ApsaraDB for Redis allows you to specify a source, a node, and a slot to distribute the slot. The service also supports dynamic distribution of slots based on parameters such as node capacity and slot size to minimize the interruption of the cluster service. The migration procedure is as follows:

The Redis-config node calculates the source and target nodes and slots.
The Redis-config node sends the command for migrating slots to the Redis-server node.
The Redis-server node starts the state machine program and migrates multiple keys.
The Redis-config node regularly checks the Redis-server node and updates the slot status.

How can the system ensure data consistency during the migration process?

Different from Codis, ApsaraDB for Redis maintains slot information in the kernel. Codis supports migrating a complete slot and Redis 4.0 supports migrating a single key. However, Alibaba Cloud has optimized the kernel of ApsaraDB for Redis to support multiple migrations and accelerate the migration speed.

The data migration in ApsaraDB for Redis is an asynchronous operation. The system does not check whether data has been restored on the target node before the response of successful migration. Instead, to verify that the migration is successful, the target node notifies the source node of the successful migration and the source node regularly checks the migration status on the target node. In this way, the migration can minimize the synchronous-blocking impact on the connections to other slots.

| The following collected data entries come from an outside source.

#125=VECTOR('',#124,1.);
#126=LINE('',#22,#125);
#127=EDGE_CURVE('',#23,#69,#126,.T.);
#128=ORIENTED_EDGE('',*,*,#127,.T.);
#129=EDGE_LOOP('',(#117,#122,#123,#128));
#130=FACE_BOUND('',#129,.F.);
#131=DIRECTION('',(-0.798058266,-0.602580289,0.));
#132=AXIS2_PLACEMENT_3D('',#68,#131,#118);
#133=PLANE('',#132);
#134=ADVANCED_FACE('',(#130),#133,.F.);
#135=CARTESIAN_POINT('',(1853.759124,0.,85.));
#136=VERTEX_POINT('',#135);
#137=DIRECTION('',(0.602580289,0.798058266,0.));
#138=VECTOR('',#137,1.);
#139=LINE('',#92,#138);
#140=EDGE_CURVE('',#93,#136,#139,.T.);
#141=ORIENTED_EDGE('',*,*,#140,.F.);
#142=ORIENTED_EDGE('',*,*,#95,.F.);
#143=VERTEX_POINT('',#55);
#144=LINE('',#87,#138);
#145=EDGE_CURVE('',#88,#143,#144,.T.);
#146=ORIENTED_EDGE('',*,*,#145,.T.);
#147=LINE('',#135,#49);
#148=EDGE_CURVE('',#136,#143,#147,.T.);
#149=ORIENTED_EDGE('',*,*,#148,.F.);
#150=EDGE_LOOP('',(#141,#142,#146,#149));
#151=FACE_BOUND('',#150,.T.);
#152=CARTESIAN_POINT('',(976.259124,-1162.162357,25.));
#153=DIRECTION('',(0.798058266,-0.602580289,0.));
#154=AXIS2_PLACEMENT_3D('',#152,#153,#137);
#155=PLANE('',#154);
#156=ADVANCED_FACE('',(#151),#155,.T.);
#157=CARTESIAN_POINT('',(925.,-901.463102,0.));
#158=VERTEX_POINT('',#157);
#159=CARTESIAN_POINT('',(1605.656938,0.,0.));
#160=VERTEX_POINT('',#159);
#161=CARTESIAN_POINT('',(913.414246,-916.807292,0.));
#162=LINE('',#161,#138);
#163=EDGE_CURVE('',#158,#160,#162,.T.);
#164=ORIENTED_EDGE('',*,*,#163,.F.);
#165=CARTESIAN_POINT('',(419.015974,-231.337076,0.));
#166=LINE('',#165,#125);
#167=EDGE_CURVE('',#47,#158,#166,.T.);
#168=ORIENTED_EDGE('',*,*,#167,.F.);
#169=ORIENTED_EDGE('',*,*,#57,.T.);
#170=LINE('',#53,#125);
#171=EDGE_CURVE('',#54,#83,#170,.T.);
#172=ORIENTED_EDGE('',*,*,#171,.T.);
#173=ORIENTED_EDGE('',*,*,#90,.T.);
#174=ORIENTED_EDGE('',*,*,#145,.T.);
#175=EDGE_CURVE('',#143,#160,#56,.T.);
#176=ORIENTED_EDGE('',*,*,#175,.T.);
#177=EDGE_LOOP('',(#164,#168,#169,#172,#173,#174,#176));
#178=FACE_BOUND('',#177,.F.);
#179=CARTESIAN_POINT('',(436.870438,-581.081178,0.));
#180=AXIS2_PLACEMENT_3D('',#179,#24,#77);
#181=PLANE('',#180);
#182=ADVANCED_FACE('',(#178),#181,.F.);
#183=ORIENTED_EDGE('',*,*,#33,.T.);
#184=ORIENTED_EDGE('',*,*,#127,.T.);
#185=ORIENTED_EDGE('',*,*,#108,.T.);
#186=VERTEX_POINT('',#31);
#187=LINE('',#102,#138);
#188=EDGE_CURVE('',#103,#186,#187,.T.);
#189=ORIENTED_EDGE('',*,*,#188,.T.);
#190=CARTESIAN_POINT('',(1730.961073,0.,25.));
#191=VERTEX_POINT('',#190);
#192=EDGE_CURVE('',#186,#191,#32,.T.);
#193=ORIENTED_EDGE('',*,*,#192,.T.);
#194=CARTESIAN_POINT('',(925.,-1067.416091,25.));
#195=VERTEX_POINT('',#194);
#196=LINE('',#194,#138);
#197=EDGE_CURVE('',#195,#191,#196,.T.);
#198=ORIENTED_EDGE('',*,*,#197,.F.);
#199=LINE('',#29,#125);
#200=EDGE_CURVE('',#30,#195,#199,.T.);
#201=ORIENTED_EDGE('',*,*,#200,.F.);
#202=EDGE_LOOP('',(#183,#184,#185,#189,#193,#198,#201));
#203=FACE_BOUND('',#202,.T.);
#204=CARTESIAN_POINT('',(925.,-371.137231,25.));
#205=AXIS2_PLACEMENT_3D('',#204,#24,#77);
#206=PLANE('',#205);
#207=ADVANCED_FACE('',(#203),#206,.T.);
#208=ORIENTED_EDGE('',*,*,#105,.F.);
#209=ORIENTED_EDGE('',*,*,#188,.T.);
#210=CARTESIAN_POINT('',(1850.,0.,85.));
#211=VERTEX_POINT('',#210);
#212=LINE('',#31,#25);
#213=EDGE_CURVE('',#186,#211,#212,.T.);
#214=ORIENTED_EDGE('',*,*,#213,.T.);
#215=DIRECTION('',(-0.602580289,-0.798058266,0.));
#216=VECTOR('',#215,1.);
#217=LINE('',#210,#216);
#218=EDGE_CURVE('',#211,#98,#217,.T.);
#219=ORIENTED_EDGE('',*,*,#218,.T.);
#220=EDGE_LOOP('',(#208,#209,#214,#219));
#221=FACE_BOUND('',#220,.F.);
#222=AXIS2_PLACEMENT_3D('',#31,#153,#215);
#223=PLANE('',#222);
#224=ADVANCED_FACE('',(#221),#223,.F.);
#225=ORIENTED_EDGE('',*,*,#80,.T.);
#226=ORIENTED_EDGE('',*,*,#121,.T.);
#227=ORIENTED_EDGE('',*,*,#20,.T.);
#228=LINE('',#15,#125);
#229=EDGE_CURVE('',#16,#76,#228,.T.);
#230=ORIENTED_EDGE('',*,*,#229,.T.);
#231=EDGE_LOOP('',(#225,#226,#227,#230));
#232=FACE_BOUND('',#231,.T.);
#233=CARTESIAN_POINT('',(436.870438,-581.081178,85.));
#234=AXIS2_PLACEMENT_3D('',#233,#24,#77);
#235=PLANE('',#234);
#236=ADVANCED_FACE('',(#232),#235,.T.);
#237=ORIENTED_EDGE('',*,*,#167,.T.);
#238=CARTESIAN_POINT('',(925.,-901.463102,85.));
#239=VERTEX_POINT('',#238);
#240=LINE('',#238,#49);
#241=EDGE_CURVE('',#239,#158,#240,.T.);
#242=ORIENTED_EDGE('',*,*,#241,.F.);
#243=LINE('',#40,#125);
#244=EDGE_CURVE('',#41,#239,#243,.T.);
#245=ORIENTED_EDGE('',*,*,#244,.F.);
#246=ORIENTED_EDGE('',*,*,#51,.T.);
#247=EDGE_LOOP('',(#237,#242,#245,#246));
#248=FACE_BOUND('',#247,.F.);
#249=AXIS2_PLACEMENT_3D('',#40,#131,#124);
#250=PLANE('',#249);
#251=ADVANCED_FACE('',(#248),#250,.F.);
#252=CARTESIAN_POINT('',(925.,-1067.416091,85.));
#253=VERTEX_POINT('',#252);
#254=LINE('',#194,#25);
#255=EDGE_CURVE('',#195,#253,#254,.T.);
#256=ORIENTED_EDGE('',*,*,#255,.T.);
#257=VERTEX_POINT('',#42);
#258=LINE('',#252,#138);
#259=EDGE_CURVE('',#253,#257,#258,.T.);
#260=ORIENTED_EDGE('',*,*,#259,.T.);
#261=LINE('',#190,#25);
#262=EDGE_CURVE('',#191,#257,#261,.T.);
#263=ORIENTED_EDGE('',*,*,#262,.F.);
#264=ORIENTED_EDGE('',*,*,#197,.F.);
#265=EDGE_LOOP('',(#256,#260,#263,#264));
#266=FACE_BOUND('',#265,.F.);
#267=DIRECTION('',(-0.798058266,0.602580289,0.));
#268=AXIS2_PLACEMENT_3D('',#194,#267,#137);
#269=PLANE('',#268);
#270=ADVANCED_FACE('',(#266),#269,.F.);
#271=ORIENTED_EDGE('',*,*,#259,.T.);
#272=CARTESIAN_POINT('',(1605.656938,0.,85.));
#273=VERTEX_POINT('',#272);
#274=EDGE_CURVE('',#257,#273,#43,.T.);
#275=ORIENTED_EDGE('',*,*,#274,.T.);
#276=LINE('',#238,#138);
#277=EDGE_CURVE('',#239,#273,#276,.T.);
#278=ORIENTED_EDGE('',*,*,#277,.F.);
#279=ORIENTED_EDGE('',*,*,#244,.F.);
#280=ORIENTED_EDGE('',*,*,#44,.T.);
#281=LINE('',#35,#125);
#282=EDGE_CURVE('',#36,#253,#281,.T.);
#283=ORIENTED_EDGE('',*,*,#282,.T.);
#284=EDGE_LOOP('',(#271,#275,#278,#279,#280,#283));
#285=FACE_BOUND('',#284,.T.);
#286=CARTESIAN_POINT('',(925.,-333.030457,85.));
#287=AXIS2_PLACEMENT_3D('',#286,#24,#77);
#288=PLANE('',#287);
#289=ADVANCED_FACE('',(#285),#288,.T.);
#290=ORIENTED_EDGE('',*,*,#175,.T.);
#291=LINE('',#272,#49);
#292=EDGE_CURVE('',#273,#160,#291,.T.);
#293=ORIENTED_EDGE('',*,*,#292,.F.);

During the asynchronous migration, to ensure data consistency, ApsaraDB for Redis processes a normal write operation if the request is a write request and if the key does not exist in the list of keys for migration. Other mechanisms to ensure data consistency in ApsaraDB for Redis are the same as that in the Redis 4.0 cluster.

Other comparisons


Feature	Redis 4.0	Codis	ApsaraDB for Redis
Kernel hot upgrade	Not supported	Not supported	Supported
Proxy hot upgrade	No proxy	Not supported	Supported
Number of slots	16,384	1,024	16,384
Password	Not supported. You need to modify the redis-trib.rb script.	Supported. All components must use the same password.	Supported

The kernel and proxy node of ApsaraDB for Redis support hot upgrades. Connections to the service are maintained and clients still work normally during hot upgrades.